Is it too late to drop myself off at the fire station?
High school prepares you for real life! For example, show choir taught me how to put on eyeliner and lip liner in a car on the freeway
It’ll make a big mess and practically break their teeth but they’ll keep eating it anyway
-inventor of the Biscotti
Doctor: what seems to be the problem?
Me: I need to be docted
Doctor: you came to the right place. I’m a doctor. I doct people
My son turned 3 and suddenly his elbows are spears, all I’m saying is it seems very uncool that my tiny dictator should get more weapons.

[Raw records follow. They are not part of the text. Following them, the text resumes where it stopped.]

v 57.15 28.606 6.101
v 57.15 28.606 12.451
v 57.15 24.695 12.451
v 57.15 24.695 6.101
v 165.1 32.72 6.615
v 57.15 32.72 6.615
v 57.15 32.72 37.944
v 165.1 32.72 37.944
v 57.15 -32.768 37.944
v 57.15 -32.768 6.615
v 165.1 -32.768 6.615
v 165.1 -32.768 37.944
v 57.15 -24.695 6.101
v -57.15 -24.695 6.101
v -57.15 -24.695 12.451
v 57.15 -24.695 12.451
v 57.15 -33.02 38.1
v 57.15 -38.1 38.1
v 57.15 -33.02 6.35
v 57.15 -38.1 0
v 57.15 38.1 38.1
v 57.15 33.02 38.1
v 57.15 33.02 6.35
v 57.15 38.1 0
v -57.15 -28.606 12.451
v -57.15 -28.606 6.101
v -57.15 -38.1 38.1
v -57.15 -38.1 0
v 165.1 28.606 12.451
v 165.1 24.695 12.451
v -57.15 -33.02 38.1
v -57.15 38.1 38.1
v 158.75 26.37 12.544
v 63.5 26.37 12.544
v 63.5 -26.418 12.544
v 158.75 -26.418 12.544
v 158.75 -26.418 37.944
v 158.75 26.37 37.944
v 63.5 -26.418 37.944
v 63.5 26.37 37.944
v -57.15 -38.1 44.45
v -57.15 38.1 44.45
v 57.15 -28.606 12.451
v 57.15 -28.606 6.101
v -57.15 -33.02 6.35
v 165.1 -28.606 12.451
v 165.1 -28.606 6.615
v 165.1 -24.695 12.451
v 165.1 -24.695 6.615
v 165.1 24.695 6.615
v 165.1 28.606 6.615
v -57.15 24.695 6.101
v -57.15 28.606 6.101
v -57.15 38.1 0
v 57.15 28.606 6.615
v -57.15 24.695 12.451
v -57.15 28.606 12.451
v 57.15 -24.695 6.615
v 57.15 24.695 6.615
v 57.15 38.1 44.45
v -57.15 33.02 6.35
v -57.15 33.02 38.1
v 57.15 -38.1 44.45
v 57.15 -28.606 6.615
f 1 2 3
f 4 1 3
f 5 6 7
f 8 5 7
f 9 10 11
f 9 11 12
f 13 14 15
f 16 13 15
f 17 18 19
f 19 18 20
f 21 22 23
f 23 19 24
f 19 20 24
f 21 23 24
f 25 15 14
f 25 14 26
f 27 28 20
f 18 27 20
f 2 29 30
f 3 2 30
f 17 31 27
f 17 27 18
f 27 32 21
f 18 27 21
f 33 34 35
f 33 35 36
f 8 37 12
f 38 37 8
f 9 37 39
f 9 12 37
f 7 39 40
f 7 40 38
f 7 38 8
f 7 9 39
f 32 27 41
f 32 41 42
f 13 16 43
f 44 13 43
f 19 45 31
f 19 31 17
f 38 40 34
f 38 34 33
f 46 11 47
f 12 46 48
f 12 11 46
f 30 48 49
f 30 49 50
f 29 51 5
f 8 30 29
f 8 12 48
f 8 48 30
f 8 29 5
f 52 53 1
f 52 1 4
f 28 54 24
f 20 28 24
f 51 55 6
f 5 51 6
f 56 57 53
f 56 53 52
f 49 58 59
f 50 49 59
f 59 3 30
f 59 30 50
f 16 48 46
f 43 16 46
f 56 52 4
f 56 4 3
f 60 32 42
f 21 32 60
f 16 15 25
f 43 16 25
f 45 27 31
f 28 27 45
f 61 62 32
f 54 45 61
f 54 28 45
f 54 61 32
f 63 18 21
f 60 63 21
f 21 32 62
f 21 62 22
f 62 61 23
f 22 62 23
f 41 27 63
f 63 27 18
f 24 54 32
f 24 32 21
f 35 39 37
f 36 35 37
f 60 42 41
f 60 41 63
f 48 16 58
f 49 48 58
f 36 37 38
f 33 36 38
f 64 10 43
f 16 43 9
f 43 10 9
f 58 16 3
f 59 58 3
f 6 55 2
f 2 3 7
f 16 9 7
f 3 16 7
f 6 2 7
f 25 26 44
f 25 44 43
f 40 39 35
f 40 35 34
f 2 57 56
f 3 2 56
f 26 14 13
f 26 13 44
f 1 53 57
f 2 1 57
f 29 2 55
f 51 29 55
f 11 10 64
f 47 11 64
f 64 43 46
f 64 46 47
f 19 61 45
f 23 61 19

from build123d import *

# Parameters (mm, degrees)
F0_W      = 114.3
F0_H      = 76.2
F1_DEPTH  = 6.35
F2_W      = 3.910894
F2_H      = 6.35
F3_DEPTH  = 114.3
F4_W      = 114.3
F4_H      = 5.08
F5_DEPTH  = 31.75
F6_W      = 65.488312
F6_H      = 31.328192
F7_DEPTH  = 107.95
F3_FACE_W = 3.910894
F3_FACE_H = 6.35
F8_DEPTH  = 139.7
F9_W      = 95.25
F9_H      = 52.788312
F11_DEPTH = 25.4
F10_W     = 114.3
F10_H     = 76.2
F12_DEPTH = 6.35


with BuildPart() as f1:
    # F0 (on Top) → F1 (new body)
    with BuildSketch(Plane.XY):
        Rectangle(F0_W, F0_H)
    extrude(amount=F1_DEPTH)

    # F4 (on face) → F5 (join)
    with BuildSketch(Plane.XY.offset(6.35)):
        with Locations((0, 35.56)):
            Rectangle(F4_W, F4_H)
        with Locations((0, -35.56)):
            Rectangle(F4_W, F4_H)
    extrude(amount=F5_DEPTH)


with BuildPart() as f3:
    # F2 (on face) → F3 (new body)
    with BuildSketch(Plane(origin=(-57.15, 0, 0), x_dir=(0, -1, 0), z_dir=(-1, 0, 0))):
        with Locations((-26.650668, 9.27593)):
            Rectangle(F2_W, F2_H)
        with Locations((26.650668, 9.27593)):
            Rectangle(F2_W, F2_H)
    extrude(amount=-F3_DEPTH)


with BuildPart() as f7:
    # F6 (on face) → F7 (new body)
    with BuildSketch(Plane.YZ.offset(57.15)):
        with Locations((-0.023877, 22.279591)):
            Rectangle(F6_W, F6_H)
    extrude(amount=F7_DEPTH)

    # F3_face (on face) → F8 (cut)
    with BuildSketch(Plane(origin=(57.15, -26.650668, 9.27593), x_dir=(0, -1, 0), z_dir=(1, 0, 0))):
        Rectangle(F3_FACE_W, F3_FACE_H)
        with Locations((-53.301336, 0)):
            Rectangle(F3_FACE_W, F3_FACE_H)
    extrude(amount=F8_DEPTH, mode=Mode.SUBTRACT)

    # F9 (on face) → F11 (cut)
    with BuildSketch(Plane.XY.offset(37.943687)):
        with Locations((111.125, -0.023877)):
            Rectangle(F9_W, F9_H)
    extrude(amount=-F11_DEPTH, mode=Mode.SUBTRACT)


with BuildPart() as f12:
    # F10 (on face) → F12 (new body)
    with BuildSketch(Plane.XY.offset(38.1)):
        Rectangle(F10_W, F10_H)
    extrude(amount=F12_DEPTH)


solid = Compound([f1.part, f3.part, f7.part, f12.part])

Shout out to my self-aware friends, you know who you are
she like a man in uniform so the mcdonalds outfit here 2 stay
gonna be honest, yes the bear story is odd… but also, I find nothing more relatable than making things worse by oversharing.
[taking my final breaths after a freak accident]
Tell my family I totes love them
*gasping for air*
but like, roll your eyes real hard
why do people get so upset about bad haircuts. name one other problem that resolves itself quietly over time while you wait
[first day on SWAT team]
SWAT #1: The target is inside.
SWAT #2: Let’s break down the door.
ME: I got this… [knocks] “GIRL SCOUT COOKIES!”<door flies open>
“Knock knock”
“Whose there?”
“The spelling police”
“Oh know!”
Meditation is fun when you want to do nothing for an hour but still feel a sense of accomplishment.
Parenting experts suggest allowing children to try, even if they fail, so they can learn and grow.
But my mother-in-law’s son is 45 and I’m growing impatient.